[Source records]
=== Begin Enclosure ===
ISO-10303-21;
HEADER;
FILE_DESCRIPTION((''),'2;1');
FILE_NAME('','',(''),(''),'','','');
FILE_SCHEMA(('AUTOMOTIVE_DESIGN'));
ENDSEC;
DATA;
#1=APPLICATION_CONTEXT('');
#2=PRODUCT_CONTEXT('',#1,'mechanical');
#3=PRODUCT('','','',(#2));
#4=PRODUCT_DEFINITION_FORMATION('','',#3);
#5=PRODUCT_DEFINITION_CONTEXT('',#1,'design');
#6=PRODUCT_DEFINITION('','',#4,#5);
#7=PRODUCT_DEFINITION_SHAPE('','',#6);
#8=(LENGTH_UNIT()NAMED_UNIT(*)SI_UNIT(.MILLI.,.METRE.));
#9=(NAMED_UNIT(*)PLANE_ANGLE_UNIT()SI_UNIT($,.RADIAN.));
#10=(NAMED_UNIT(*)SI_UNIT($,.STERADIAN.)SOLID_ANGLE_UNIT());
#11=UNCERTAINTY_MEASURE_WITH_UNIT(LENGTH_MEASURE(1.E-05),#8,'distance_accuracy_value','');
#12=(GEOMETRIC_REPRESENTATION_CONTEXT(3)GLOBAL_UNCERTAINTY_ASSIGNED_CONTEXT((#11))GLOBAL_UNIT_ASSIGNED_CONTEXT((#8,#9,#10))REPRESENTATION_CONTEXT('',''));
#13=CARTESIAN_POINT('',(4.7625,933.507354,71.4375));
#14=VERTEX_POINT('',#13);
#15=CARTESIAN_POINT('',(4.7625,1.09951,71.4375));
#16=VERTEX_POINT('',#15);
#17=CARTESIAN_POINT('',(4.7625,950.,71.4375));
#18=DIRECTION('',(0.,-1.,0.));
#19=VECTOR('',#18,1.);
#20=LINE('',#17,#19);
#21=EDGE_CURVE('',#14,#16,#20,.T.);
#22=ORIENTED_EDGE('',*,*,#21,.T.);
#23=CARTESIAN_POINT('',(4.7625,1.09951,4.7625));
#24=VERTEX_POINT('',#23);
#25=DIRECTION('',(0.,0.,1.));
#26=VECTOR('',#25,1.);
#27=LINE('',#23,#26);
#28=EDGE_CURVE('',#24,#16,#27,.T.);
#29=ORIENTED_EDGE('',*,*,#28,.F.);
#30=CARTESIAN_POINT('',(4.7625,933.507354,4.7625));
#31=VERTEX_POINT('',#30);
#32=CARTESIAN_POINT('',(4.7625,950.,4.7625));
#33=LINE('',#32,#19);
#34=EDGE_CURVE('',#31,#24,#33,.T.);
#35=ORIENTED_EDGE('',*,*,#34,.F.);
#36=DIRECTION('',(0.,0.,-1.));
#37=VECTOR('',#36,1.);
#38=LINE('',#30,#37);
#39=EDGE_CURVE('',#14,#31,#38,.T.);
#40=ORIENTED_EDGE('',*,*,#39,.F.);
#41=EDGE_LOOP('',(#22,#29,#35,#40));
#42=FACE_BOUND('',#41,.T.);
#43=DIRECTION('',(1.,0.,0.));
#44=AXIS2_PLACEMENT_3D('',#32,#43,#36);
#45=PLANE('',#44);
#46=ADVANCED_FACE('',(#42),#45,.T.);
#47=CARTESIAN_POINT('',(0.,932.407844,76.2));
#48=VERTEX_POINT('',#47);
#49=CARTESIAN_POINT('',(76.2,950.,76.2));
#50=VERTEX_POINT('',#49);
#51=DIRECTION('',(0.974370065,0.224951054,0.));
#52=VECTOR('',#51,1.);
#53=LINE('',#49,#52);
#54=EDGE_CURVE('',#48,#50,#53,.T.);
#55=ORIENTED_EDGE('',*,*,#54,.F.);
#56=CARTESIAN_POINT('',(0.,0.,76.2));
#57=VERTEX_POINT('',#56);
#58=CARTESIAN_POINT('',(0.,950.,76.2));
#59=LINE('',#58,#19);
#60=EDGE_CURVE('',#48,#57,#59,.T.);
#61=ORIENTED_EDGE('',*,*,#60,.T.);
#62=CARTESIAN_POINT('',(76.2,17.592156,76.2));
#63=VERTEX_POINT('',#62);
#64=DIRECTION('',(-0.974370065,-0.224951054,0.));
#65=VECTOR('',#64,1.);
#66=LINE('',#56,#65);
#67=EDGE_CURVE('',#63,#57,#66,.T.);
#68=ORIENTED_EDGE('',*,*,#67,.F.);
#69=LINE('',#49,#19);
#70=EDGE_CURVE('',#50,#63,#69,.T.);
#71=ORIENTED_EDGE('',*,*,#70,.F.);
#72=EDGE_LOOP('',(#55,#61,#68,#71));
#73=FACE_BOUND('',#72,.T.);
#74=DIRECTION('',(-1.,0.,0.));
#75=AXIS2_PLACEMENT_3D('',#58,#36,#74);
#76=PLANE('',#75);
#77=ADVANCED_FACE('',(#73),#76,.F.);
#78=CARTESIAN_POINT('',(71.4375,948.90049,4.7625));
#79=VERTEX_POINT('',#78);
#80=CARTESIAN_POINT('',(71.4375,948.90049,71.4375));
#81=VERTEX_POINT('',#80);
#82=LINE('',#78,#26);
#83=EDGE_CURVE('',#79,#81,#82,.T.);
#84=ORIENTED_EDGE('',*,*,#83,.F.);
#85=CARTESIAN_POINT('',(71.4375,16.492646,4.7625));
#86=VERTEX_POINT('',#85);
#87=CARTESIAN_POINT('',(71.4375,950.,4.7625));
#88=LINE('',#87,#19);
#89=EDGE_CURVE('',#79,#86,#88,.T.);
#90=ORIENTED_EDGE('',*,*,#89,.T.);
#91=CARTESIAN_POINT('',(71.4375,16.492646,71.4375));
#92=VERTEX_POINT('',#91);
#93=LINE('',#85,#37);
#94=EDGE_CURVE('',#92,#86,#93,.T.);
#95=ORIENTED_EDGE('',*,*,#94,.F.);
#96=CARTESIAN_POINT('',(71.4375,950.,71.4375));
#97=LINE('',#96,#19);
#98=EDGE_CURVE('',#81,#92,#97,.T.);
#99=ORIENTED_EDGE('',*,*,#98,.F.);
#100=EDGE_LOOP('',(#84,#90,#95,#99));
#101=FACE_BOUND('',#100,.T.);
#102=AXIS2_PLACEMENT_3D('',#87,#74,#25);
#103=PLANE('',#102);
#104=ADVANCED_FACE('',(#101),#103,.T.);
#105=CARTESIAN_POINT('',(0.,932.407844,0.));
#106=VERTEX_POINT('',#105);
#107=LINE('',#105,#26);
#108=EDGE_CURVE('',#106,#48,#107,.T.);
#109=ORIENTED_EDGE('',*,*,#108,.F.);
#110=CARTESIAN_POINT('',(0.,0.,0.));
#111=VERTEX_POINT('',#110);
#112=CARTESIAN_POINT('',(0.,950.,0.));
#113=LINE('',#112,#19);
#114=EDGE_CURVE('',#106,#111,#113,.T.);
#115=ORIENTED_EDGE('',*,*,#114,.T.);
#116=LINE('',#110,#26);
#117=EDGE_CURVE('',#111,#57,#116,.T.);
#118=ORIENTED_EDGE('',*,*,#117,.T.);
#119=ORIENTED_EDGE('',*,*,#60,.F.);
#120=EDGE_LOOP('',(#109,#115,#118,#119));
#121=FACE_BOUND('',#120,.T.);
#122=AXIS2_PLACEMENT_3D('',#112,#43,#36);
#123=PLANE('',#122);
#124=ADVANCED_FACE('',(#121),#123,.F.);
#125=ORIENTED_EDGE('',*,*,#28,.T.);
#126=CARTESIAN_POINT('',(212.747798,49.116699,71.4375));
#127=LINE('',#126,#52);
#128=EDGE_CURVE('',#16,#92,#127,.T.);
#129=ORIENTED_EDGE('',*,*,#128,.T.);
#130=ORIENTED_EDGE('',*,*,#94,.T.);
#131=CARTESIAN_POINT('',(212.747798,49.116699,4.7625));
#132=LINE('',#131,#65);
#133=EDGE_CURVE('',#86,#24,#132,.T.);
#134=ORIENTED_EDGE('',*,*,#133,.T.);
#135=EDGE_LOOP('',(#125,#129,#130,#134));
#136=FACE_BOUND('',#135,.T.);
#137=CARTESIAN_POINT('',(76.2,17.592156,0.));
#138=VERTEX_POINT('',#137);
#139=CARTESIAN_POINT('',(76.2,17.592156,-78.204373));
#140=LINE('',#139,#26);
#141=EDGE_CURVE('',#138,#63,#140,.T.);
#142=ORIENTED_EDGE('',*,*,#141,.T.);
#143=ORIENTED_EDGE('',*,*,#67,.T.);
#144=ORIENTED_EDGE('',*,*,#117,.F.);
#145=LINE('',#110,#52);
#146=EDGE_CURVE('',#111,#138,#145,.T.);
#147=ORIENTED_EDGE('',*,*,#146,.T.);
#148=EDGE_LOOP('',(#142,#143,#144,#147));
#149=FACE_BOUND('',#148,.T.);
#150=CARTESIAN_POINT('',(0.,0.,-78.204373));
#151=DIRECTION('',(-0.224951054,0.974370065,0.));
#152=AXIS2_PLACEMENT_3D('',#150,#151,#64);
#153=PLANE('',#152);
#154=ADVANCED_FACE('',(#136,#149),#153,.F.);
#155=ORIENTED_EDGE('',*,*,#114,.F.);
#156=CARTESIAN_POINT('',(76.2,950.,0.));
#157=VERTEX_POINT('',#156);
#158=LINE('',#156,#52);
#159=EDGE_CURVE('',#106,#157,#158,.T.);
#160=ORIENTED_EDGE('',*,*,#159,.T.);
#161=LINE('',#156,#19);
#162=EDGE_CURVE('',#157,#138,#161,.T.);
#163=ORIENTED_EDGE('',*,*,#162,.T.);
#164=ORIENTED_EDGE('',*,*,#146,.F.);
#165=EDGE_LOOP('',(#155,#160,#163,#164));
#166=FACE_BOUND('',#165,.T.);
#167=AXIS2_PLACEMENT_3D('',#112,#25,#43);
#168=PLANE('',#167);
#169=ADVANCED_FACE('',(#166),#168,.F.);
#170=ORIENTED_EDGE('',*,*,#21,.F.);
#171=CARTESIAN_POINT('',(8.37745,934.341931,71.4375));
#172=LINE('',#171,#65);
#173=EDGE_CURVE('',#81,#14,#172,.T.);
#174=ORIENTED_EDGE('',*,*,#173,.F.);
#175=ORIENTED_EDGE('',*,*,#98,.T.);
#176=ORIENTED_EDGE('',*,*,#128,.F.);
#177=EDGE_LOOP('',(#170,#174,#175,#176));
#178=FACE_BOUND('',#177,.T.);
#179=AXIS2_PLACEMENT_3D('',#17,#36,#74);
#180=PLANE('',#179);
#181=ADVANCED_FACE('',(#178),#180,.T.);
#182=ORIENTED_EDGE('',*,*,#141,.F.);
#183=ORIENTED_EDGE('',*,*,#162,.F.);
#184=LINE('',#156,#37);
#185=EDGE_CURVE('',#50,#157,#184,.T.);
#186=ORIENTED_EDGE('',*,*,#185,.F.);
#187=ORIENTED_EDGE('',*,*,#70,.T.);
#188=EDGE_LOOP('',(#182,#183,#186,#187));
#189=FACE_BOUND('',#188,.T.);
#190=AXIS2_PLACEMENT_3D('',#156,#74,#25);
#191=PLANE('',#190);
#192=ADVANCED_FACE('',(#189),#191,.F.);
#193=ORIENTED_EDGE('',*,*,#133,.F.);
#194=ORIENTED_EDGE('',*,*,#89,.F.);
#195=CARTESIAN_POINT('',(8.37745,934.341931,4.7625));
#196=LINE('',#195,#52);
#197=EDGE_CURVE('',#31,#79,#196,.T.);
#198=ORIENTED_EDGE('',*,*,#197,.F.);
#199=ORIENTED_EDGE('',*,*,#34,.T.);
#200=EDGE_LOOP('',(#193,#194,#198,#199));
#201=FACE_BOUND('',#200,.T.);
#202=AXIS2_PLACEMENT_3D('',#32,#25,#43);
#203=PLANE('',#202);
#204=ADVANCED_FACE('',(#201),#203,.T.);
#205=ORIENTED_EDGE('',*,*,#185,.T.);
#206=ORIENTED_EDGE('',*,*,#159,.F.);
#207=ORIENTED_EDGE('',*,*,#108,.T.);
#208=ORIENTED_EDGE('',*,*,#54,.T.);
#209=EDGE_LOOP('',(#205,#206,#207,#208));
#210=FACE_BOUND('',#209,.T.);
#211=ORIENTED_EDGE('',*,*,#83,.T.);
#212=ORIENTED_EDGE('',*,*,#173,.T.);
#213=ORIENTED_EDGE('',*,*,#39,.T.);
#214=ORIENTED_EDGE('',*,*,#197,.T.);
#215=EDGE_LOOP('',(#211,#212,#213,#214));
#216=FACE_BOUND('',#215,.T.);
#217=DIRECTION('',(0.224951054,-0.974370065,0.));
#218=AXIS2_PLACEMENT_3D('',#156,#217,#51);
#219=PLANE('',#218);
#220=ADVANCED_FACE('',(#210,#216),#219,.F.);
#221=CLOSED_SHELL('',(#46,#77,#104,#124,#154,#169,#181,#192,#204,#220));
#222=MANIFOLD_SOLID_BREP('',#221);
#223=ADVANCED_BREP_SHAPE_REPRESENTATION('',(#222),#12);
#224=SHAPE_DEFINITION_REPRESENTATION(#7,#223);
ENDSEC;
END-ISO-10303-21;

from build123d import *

# Parameters (mm, degrees)
CROQUIS1_W              = 76.2
CROQUIS1_H              = 76.2
CROQUIS1_W_2            = 66.675
CROQUIS1_H_2            = 66.675
SALIENTE_EXTRUIR1_DEPTH = 950
CORTAR_EXTRUIR1_REACH   = 958.093
CORTAR_EXTRUIR2_DEPTH   = 76.2


with BuildPart() as part:
    # Croquis1 → Saliente-Extruir1 (new body)
    with BuildSketch(Plane(origin=(0, 0, 0), x_dir=(1, 0, 0), z_dir=(0, 1, 0))):
        with Locations((38.1, -38.1)):
            Rectangle(CROQUIS1_W, CROQUIS1_H)
        with Locations((38.1, -38.1)):
            Rectangle(CROQUIS1_W_2, CROQUIS1_H_2, mode=Mode.SUBTRACT)
    extrude(amount=SALIENTE_EXTRUIR1_DEPTH)

    # Cortar-Extruir1: up to this face of the body (flat: up to its plane)
    cortar_extruir1_end = Plane(part.part.faces().sort_by_distance((38.1, 475, 0))[0])
    # Croquis2 → Cortar-Extruir1 (cut, up to the picked face)
    with BuildSketch(Plane.XY.offset(76.2), mode=Mode.PRIVATE) as cortar_extruir1_sk1:
        Polygon((0, 0), (76.2, 17.592156164), (76.2, 0), align=None)
    cortar_extruir1_tool1 = split(extrude(cortar_extruir1_sk1.sketch, amount=-CORTAR_EXTRUIR1_REACH, mode=Mode.PRIVATE), bisect_by=cortar_extruir1_end, keep=Keep.BOTH, mode=Mode.PRIVATE)
    add(cortar_extruir1_tool1.solids().sort_by(Axis((50.8, 5.864052, 76.2), (0, 0, -1)))[0], mode=Mode.SUBTRACT)

    # Croquis3 → Cortar-Extruir2 (cut)
    with BuildSketch(Plane.XY.offset(76.2)):
        Polygon((76.2, 950), (0, 932.407843836), (0, 950), align=None)
    extrude(amount=-CORTAR_EXTRUIR2_DEPTH, mode=Mode.SUBTRACT)


solid = part.part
=== End Enclosure ===
| Aim of the task |
Output, from the data above, the lines from the line with "#173=EDGE_CURVE('',#81,#14,#172,.T.);" to the line with "#185=EDGE_CURVE('',#50,#157,#184,.T.);" exactly as they stand, both ends included and nothing else.

| Solution to this problem |
#173=EDGE_CURVE('',#81,#14,#172,.T.);
#174=ORIENTED_EDGE('',*,*,#173,.F.);
#175=ORIENTED_EDGE('',*,*,#98,.T.);
#176=ORIENTED_EDGE('',*,*,#128,.F.);
#177=EDGE_LOOP('',(#170,#174,#175,#176));
#178=FACE_BOUND('',#177,.T.);
#179=AXIS2_PLACEMENT_3D('',#17,#36,#74);
#180=PLANE('',#179);
#181=ADVANCED_FACE('',(#178),#180,.T.);
#182=ORIENTED_EDGE('',*,*,#141,.F.);
#183=ORIENTED_EDGE('',*,*,#162,.F.);
#184=LINE('',#156,#37);
#185=EDGE_CURVE('',#50,#157,#184,.T.);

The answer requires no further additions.